Bir an için CHP’nin İmralı’ya gidişe onay verdiğini ve İmralı’dan dönüşte her iki partinin “iktidar savaşını” çözüm sürecinin devamı boyunca geçici olarak sona erdirme kararını kamuoyuna açıkladığını düşünelim. AKP’nin CHP’ye karşı yönelttiği operasyonlara son verdiğini, tutuksuz yargılamanın yolunu açtığını, CHP’nin erken seçimi zorlayan mitingleri sona erdirdiğini farz edelim. Ne olurdu?
Türkiye’de bayram olurdu. Türk halkı içindeki düşmanca kutuplaşma yumuşar ve çözüm sürecine kuvvetli bir rıza oluşurdu. Her iki partinin bu kararı İmralı’ya giderek ve Öcalan’la anlaşarak aldığını gören Kürt halkının çözüm süreciyle ilgili kaygıları sıfıra inerdi. Böylece Türk ve Kürt halkları arasındaki önyargılar kırılmaya , tarihi “Kürt-Türk ittifakı” gerçekleşmeye başlardı.
Sonuç olarak diyeceğim şudur: Çözüm sürecinde de üçüncü yol vardır.

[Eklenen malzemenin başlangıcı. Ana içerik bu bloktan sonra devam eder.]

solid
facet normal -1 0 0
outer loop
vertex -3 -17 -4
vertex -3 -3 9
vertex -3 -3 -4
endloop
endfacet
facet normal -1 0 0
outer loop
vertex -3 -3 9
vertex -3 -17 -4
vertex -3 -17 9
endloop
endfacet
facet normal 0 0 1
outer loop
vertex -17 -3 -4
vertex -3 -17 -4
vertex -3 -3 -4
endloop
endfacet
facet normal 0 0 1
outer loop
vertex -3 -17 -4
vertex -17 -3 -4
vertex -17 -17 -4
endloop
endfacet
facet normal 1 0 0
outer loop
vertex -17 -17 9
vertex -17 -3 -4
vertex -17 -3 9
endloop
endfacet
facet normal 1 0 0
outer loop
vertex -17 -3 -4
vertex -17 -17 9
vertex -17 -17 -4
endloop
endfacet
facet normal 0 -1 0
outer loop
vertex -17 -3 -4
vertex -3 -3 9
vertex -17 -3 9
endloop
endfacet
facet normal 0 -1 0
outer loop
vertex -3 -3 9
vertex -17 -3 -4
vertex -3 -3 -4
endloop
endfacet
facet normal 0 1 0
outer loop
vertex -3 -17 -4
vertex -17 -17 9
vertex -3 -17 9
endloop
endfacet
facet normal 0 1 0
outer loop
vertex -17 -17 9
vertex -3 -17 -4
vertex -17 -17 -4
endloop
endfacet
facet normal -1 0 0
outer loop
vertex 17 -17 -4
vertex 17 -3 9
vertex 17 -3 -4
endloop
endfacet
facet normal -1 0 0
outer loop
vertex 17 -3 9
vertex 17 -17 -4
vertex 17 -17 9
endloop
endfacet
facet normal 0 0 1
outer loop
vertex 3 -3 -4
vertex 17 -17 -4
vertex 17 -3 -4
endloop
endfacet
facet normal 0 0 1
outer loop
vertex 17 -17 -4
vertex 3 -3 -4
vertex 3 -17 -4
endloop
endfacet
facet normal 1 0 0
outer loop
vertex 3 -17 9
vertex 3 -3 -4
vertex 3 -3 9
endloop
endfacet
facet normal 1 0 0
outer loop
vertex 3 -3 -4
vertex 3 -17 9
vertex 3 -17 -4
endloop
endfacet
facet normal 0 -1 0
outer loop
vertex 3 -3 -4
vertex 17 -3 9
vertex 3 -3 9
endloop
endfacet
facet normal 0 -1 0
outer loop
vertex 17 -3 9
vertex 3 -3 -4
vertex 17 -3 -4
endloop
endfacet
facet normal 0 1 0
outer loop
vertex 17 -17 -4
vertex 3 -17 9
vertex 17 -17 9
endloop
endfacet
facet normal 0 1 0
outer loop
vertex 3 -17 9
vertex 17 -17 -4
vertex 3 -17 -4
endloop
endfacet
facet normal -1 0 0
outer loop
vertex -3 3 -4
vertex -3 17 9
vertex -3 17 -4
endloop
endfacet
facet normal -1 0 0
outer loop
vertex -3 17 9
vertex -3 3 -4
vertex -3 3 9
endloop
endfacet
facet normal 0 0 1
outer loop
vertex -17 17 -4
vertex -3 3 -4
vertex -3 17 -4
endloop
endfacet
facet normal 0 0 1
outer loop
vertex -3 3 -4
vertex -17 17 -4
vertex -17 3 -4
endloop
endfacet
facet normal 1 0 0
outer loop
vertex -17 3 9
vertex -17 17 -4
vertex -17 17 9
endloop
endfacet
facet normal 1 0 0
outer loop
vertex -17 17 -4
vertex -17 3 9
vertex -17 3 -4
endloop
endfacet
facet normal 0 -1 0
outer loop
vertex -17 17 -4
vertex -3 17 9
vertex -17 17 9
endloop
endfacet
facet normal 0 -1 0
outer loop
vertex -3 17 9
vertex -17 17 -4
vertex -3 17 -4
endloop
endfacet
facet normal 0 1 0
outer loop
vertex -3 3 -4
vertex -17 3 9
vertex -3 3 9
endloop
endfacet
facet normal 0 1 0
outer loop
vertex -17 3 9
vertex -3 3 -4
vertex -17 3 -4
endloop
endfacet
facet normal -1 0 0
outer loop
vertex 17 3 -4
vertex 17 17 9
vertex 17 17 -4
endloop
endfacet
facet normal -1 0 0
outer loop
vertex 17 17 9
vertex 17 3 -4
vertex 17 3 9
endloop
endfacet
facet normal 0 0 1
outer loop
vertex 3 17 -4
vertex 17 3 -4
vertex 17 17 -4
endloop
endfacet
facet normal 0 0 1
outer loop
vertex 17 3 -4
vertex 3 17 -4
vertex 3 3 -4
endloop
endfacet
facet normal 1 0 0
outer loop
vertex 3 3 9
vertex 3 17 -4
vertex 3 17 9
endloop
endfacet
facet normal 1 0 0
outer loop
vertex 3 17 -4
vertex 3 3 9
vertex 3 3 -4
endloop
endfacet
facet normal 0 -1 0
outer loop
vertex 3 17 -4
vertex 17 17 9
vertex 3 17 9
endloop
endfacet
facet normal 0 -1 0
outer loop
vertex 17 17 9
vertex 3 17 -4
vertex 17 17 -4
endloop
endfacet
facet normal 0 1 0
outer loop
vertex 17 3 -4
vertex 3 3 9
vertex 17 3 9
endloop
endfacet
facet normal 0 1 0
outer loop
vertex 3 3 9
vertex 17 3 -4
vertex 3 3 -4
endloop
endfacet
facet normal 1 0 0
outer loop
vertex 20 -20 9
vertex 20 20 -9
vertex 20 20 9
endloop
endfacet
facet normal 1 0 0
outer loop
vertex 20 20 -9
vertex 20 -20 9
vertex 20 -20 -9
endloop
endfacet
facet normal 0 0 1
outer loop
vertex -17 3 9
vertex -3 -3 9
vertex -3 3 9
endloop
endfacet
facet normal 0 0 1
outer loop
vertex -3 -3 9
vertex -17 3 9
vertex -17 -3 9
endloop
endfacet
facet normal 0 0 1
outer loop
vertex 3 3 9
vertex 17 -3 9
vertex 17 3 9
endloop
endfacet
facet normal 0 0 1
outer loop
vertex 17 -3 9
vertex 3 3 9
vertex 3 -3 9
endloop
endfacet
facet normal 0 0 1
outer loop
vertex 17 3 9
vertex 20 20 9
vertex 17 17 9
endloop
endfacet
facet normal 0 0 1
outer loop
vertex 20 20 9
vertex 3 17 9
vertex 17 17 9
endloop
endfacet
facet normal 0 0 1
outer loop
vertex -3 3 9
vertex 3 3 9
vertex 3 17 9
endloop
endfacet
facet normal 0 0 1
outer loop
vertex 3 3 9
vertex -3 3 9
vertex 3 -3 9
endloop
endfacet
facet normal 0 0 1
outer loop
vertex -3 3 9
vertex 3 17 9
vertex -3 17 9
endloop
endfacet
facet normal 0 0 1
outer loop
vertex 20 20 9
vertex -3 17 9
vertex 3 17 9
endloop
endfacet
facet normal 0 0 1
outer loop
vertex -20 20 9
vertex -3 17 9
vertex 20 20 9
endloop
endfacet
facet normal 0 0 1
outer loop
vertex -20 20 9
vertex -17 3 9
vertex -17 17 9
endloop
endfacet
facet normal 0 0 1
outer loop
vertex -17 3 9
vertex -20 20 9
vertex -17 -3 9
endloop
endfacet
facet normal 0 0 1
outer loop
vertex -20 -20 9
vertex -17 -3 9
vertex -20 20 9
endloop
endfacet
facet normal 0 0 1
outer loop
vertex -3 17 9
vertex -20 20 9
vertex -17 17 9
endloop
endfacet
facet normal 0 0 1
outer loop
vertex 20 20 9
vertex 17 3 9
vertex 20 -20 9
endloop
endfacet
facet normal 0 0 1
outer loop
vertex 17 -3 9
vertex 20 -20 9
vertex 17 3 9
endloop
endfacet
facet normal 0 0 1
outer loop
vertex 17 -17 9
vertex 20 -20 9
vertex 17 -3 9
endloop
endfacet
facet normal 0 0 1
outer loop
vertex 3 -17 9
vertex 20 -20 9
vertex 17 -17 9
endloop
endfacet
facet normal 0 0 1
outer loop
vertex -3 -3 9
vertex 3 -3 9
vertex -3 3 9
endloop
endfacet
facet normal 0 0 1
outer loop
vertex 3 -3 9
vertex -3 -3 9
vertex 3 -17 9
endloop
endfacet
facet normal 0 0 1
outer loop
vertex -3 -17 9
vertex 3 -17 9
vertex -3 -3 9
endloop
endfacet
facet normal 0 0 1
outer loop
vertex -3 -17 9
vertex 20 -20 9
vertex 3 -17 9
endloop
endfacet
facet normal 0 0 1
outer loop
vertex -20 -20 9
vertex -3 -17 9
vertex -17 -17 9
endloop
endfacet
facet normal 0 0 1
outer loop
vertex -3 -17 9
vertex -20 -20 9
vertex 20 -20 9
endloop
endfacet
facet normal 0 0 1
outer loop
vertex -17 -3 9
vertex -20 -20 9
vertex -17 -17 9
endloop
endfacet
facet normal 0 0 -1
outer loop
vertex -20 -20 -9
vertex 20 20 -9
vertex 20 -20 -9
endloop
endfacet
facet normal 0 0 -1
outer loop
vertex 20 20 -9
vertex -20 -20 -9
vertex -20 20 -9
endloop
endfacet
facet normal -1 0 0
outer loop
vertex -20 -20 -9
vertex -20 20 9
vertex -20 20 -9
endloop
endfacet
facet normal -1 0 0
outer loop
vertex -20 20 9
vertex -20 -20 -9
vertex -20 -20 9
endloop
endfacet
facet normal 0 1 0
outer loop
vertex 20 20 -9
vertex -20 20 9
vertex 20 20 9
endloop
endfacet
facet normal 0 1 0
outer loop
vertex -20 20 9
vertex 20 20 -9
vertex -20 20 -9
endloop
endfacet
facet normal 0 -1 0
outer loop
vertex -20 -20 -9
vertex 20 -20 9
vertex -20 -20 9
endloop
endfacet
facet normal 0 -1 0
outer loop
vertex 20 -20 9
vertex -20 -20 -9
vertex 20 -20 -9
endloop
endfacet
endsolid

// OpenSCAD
$fn = 32;

// ----------------------------------------------------------------------
// Pocket plate 40 x 40 x 18
// 2 x 2 pockets 14 mm square, 13 mm deep
// ----------------------------------------------------------------------

// --- parameters (mm) ---
thickness = 18;   // plate thickness
seat_tol = 0.15;  // tolerance at the seating features
free_tol = 0.5;   // general tolerance on the free sizes
floor_t = 5;      // material left under each pocket
pocket = 14;      // pocket side length
pitch_x = 20;     // pocket pitch along X
pitch_y = 20;     // pocket pitch along Y
cols = 2;         // pockets per row
rows = 2;         // rows of pockets

// --- derived feature positions (mm) ---
depth = thickness - floor_t;        // = 13   pocket depth, down to the floor
span_x = (cols - 1) * pitch_x;      // = 20   distance between outer pockets
span_y = (rows - 1) * pitch_y;      // = 20   distance between outer pocket rows
origin_x = -span_x / 2;             // = -10   X of the first pocket
origin_y = -span_y / 2;             // = -10   Y of the first pocket
plate = [span_x + pocket + 6, span_y + pocket + 6, thickness];  // = [40, 40, 18]   overall size: pockets plus 3 mm of wall on each side
feature_centers = [
  [origin_x + 0 * pitch_x, origin_y + 0 * pitch_y],
  [origin_x + 1 * pitch_x, origin_y + 0 * pitch_y],
  [origin_x + 0 * pitch_x, origin_y + 1 * pitch_y],
  [origin_x + 1 * pitch_x, origin_y + 1 * pitch_y]
];   // pocket centres, used verbatim by the cutter loop

// plate outline, then one pocket per centre in feature_centers
difference() {
  cube(plate, center = true);
  for (centre = feature_centers)
    translate([centre[0] - pocket / 2, centre[1] - pocket / 2, plate[2] / 2 - depth])
      cube([pocket, pocket, depth + 1]);  // centred on the declared pocket centre
}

Bu süreçte AKP’nin mi, yoksa CHP’nin mi tutumu çözüme yardım ediyor ya da engel oluyor tartışmasının hiçbir anlamı yoktur. Çünkü böyle bir tartışma bizi “iktidar savaşına” eklemlenmeye götürür ve çözüm sürecini engelleyen faktöre dönüştürür. Üçüncü yol, kararlı bir şekilde her iki parti arasındaki “iktidar savaşlarına” karşı kesin tutum almak, bu savaşların hem Türk devletinin, hem Türk halkının, hem Kürt ve bölge halklarının geleceğini tehdit ettiğini ilan etmektir.
Somut olarak ifade edeyim: “İktidar savaşları” CHP’yi adım adım Zafer Partisi ve İyi Partinin faşizan cephesine, AKP’yi de CHP’yi kapatarak seçimsiz diktatörlüğe götürür. Çözüm süreci sona erer ve savaş yeniden başlar. Bu savaştan yararlanan ABD ve İsrail Türkiye’yi İran’a karşı savaşa sürükler ve “her şey çok kötü olur.”
Çözüm sürecinin başarısı şu anda her türlü parti çıkarlarının üstündedir.